We also defined the probability of successes as the number of times our subjects correctly differentiated these two drinks. For example, if they correctly identified 6 cups, there were 2 cups they were mistakenly identified.

We had in total 3 trials (24 cups in total were tested) with each of the chosen three people conducted each trial.

Our results were as followed:

drink <- data.frame("States" = c(rep("Correct", 3), rep("Incorrect", 3)),
                    "Results" = c(6, 6, 4, 2, 2, 4),
                    "Trials" =  c(1, 2, 3, 1, 2, 3))

knitr::kable(drink)

States	Results	Trials
Correct	6	1
Correct	6	2
Correct	4	3
Incorrect	2	1
Incorrect	2	2
Incorrect	4	3

drink %>%  ggplot(aes(x = Trials, y = Results)) +
  geom_bar(stat = "identity", 
           aes(fill = factor(States)),
           position = "dodge") +
           labs(title = "Bar Graph of Coke and Pepsi for each trial")

In the table above, we can see that for two initial trials, our subjects guessed 6 out of 8 correctly, while the final trial our subject guessed 4 out of 8 correctly.

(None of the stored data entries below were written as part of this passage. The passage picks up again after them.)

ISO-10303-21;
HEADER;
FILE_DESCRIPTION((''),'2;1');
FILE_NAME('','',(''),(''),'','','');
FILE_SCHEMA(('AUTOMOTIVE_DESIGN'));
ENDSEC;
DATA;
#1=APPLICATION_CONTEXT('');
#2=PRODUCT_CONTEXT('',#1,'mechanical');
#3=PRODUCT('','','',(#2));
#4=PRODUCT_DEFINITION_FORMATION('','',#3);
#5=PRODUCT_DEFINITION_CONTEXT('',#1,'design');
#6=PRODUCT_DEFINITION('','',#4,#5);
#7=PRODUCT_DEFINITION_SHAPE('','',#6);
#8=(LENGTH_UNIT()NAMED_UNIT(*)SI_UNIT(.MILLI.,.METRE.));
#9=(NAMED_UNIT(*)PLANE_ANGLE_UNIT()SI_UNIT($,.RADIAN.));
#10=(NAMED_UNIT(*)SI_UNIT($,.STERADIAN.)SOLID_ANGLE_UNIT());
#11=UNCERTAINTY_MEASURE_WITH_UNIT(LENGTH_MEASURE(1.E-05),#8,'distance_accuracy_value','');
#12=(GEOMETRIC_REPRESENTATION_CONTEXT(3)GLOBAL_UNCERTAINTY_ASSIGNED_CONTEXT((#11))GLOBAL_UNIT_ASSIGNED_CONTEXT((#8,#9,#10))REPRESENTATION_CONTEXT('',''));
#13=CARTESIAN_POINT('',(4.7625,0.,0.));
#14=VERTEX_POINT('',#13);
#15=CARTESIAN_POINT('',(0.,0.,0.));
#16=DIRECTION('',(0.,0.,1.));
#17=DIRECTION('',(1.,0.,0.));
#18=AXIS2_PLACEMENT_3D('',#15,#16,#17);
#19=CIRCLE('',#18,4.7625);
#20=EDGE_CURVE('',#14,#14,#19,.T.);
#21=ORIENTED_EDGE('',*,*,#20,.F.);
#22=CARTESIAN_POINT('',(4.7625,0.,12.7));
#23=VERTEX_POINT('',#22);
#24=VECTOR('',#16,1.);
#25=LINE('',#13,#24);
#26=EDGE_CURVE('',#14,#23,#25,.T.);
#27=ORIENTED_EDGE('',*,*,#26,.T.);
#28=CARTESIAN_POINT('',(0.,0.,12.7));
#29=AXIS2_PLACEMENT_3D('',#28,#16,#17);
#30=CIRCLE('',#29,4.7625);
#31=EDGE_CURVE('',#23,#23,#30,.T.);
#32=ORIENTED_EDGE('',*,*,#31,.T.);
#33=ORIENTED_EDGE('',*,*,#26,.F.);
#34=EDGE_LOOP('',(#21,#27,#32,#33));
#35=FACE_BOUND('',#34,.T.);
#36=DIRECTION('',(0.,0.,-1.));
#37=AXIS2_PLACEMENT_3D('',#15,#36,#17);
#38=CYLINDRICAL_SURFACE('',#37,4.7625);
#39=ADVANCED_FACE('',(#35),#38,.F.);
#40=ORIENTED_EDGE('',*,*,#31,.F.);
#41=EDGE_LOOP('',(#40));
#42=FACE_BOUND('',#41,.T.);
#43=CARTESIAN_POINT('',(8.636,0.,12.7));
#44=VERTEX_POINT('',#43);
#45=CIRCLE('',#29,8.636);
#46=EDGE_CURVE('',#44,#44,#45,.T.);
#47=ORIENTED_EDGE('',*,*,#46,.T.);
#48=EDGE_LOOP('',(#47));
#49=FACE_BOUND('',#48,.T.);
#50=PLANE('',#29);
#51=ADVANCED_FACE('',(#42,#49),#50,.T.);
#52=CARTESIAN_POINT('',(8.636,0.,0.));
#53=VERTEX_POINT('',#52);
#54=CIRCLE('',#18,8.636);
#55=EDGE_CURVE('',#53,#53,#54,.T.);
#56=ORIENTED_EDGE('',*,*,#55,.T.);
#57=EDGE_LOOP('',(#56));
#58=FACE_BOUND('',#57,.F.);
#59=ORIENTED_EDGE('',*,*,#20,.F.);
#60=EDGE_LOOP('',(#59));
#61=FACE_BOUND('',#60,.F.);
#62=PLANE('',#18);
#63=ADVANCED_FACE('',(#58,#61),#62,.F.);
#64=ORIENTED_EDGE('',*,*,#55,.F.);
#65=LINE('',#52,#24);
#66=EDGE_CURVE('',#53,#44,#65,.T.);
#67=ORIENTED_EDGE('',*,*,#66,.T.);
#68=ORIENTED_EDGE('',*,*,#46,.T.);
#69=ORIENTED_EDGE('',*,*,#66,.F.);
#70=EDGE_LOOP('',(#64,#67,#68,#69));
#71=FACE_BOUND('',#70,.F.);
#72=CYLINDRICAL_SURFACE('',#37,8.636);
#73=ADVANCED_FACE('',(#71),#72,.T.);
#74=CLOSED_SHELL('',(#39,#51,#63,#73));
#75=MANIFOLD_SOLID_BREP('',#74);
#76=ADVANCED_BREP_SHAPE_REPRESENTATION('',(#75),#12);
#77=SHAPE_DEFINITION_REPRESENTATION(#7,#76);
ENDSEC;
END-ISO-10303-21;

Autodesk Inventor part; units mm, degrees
ref_plane "YZ Plane" through (0, 0, 0) normal (1, 0, 0) x (0, 1, 0)
ref_plane "XZ Plane" through (0, 0, 0) normal (0, 1, 0) x (-1, 0, 0)
ref_plane "XY Plane" through (0, 0, 0) normal (0, 0, 1) x (1, 0, 0)
sketch "Sketch1" plane through (0, 0, 0) normal (0, 0, 1) x (1, 0, 0)
  circle A0 centre (0, 0) radius 9.525 construction
  circle A1 centre (0, 0) radius 8.636
  circle A2 centre (0, 0) radius 4.7625
  dimension "d0" = 19.05
  dimension "d10" = 9.525
  dimension "d13" = 17.272
extrude "Extrusion1" add sketch "Sketch1" along normal blind 12.7
thread "Thread1" size "3/8-16 UNC" class "2B" standard "ANSI Unified Screw Threads" full length
properties part number "Hopper Roller Rear Plug"
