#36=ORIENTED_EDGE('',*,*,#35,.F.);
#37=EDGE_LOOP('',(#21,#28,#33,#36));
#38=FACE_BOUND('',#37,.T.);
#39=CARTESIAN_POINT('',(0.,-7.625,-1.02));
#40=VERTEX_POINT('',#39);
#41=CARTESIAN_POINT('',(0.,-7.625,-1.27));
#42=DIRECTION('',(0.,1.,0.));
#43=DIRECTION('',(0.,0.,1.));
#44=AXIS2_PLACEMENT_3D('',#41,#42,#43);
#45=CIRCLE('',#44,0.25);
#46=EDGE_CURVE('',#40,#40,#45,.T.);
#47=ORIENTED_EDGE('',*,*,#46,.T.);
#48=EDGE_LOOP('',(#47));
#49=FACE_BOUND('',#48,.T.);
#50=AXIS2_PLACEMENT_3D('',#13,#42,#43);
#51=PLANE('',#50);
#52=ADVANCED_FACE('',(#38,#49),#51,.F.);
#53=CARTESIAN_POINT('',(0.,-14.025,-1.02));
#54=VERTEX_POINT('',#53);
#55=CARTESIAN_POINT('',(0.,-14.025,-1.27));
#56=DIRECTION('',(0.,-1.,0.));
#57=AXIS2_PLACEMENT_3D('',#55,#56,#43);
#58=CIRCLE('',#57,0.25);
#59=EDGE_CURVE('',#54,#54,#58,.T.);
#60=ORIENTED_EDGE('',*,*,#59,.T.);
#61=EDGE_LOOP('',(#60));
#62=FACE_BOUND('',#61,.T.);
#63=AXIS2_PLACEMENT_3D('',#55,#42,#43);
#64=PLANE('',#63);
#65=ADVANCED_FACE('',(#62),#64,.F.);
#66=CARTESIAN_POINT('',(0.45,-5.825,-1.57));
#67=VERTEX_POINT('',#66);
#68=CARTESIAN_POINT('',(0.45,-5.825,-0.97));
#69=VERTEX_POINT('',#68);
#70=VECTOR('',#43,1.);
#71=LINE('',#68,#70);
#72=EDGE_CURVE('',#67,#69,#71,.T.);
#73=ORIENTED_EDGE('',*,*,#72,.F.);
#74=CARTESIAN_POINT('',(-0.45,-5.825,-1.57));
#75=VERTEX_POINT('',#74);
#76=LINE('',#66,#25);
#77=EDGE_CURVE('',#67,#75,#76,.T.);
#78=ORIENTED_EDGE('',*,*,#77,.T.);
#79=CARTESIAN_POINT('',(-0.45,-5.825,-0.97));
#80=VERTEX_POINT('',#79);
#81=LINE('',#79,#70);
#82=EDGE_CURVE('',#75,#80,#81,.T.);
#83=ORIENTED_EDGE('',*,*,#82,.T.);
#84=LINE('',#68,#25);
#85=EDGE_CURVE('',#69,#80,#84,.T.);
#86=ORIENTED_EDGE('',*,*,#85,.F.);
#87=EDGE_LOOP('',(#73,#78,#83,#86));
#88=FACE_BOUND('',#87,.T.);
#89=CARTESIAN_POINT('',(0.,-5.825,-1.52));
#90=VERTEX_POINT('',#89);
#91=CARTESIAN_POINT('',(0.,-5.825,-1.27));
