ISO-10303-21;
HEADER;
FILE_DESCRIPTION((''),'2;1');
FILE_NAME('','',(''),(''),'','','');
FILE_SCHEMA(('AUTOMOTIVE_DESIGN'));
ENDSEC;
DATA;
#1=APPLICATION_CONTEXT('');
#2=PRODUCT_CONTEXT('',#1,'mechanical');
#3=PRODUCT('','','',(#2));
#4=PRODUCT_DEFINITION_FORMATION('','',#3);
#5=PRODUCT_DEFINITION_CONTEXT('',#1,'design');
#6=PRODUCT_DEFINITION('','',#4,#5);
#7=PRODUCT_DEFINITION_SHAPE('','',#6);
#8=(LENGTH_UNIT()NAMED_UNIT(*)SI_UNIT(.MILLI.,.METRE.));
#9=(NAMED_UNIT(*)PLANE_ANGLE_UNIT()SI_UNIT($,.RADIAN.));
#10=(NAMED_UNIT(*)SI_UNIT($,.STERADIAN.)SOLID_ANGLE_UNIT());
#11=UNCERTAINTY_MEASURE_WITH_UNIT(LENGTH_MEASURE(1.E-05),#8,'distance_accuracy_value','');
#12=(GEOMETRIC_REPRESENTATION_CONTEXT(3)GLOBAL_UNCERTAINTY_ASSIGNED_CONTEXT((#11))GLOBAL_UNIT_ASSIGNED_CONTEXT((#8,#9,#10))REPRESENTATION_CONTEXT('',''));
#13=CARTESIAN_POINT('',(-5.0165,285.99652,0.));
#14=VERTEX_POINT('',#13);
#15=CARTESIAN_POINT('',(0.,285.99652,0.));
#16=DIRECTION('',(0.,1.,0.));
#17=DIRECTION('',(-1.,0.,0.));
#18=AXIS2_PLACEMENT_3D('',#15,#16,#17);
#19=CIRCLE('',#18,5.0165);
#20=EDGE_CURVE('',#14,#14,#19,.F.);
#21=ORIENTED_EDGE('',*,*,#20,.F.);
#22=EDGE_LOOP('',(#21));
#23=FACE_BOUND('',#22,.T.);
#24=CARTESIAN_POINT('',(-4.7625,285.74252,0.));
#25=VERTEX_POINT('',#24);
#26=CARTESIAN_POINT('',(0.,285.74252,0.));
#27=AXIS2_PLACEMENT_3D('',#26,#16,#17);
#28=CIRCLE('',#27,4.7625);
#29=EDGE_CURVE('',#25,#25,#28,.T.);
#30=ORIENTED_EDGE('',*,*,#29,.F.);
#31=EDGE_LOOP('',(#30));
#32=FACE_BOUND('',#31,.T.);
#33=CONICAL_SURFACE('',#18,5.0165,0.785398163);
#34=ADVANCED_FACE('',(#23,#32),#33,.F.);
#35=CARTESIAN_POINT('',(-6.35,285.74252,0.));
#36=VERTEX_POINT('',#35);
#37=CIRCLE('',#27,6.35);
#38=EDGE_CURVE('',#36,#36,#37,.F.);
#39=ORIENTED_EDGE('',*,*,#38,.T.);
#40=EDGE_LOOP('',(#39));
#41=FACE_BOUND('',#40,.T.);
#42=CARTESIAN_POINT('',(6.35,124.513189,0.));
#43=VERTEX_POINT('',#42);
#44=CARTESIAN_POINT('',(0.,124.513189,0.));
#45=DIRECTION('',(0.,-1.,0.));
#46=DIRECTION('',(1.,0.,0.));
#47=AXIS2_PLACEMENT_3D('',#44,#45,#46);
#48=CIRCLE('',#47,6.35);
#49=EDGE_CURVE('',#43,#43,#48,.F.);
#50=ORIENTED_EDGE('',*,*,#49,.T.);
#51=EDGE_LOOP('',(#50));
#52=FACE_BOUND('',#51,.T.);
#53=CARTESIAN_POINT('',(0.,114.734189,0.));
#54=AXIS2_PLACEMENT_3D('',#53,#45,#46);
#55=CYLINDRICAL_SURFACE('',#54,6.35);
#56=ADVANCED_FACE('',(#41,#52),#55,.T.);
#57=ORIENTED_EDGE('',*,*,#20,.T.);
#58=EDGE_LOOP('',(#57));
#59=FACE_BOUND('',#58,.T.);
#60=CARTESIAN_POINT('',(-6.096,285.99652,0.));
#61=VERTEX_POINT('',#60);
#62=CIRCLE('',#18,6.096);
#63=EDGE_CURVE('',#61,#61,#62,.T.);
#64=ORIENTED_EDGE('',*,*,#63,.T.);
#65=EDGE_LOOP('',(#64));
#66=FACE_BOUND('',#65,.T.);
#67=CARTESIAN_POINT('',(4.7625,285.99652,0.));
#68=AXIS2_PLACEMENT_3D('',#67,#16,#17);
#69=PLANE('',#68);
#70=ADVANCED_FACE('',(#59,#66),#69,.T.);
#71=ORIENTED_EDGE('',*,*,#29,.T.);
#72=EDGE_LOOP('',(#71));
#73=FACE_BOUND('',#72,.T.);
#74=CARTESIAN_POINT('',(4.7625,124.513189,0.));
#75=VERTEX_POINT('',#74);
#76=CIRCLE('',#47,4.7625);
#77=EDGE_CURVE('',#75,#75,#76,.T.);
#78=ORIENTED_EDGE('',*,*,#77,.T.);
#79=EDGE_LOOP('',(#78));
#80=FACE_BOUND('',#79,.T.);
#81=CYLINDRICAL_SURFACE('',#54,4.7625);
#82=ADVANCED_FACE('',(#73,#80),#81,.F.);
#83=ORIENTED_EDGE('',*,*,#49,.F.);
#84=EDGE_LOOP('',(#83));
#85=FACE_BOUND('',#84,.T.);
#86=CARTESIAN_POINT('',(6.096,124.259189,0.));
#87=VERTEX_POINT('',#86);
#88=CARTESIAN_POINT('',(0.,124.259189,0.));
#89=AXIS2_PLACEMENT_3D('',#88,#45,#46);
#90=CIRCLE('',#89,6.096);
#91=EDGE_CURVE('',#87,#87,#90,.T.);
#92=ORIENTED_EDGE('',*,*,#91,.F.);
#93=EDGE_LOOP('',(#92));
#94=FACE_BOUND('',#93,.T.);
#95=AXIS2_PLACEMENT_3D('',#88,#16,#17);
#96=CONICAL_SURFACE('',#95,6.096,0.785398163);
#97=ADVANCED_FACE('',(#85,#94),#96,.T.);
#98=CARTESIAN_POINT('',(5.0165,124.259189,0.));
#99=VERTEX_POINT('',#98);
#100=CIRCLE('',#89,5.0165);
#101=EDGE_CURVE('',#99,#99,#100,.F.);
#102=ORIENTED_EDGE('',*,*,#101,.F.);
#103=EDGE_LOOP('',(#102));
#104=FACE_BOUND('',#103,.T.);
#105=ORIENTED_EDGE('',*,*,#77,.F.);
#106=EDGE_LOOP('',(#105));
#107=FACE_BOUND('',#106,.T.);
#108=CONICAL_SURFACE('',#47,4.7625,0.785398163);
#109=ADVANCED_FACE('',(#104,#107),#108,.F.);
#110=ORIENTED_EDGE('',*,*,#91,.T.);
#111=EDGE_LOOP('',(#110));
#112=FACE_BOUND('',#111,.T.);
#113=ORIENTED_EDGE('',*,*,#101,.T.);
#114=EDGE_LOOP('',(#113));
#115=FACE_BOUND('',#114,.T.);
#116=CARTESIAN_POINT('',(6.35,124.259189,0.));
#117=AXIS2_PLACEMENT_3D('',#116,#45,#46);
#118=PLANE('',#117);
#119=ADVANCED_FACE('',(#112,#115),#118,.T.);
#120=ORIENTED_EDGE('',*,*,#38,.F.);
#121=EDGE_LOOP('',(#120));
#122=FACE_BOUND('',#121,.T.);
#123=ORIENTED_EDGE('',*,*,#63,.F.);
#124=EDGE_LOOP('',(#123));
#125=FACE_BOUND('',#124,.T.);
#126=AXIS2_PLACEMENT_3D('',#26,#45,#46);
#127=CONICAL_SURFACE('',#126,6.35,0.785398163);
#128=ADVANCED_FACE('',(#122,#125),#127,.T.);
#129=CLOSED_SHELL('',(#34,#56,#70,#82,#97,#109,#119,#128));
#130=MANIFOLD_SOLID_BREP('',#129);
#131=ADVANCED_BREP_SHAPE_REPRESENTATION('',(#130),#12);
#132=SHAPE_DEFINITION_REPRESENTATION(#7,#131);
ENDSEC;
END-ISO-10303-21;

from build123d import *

# Parameters (mm, degrees)
SKETCH1_W     = 1.5875
SKETCH1_H     = 161.737331671
CHAMFER1_SIZE = 0.254


with BuildPart() as part:
    # Sketch1 → Revolve1 (revolve)
    with BuildSketch(Plane.XY):
        with Locations((5.55625, 205.12785438)):
            Rectangle(SKETCH1_W, SKETCH1_H)
    revolve(axis=Axis((0, 114.734188544, 0), (0, 1, 0)))

    # Chamfer1
    chamfer1_edges = [part.edges().sort_by_distance(p)[0] for p in [
        (-6.35, 124.259188544, 0),
        (-6.349999999, 285.996520215, 0),
        (-4.762499999, 285.996520215, 0),
        (-4.7625, 124.259188544, 0),
    ]]
    chamfer(chamfer1_edges, length=CHAMFER1_SIZE)


solid = part.part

The information we need to draw from our results is the probability of successes (p). We can calculate the probability of successes (p) by dividing the total number of cups (X) tested and the number of successes we have:

# the percents of the probability of successes:
# the total of cups were tested are 8*3 : 24
# the number of successes are: 16
16/24

## [1] 0.6666667

So, the probability of successes for our trial is 0.66. We could draw our binomial distribution as below. We have in total 8 cups, so the sample size will be 8:

graph4 <- function(n, p) {
  x <- (dbinom(0:n, size = n, prob = p))
  barplot(x, 
          col = "orange",
          ylim = c(0, 0.6),
          names.arg = 0:n,
          main = sprintf(paste('Binomial Distribution (n,p)' , n, p, sep = ', ')))
}

graph4(8, .66)

This shows that with the sample size of 8, then the results will most likely look as above. This is a pretty bell shaped curve, with the probability of successes are higher than the probability of failures.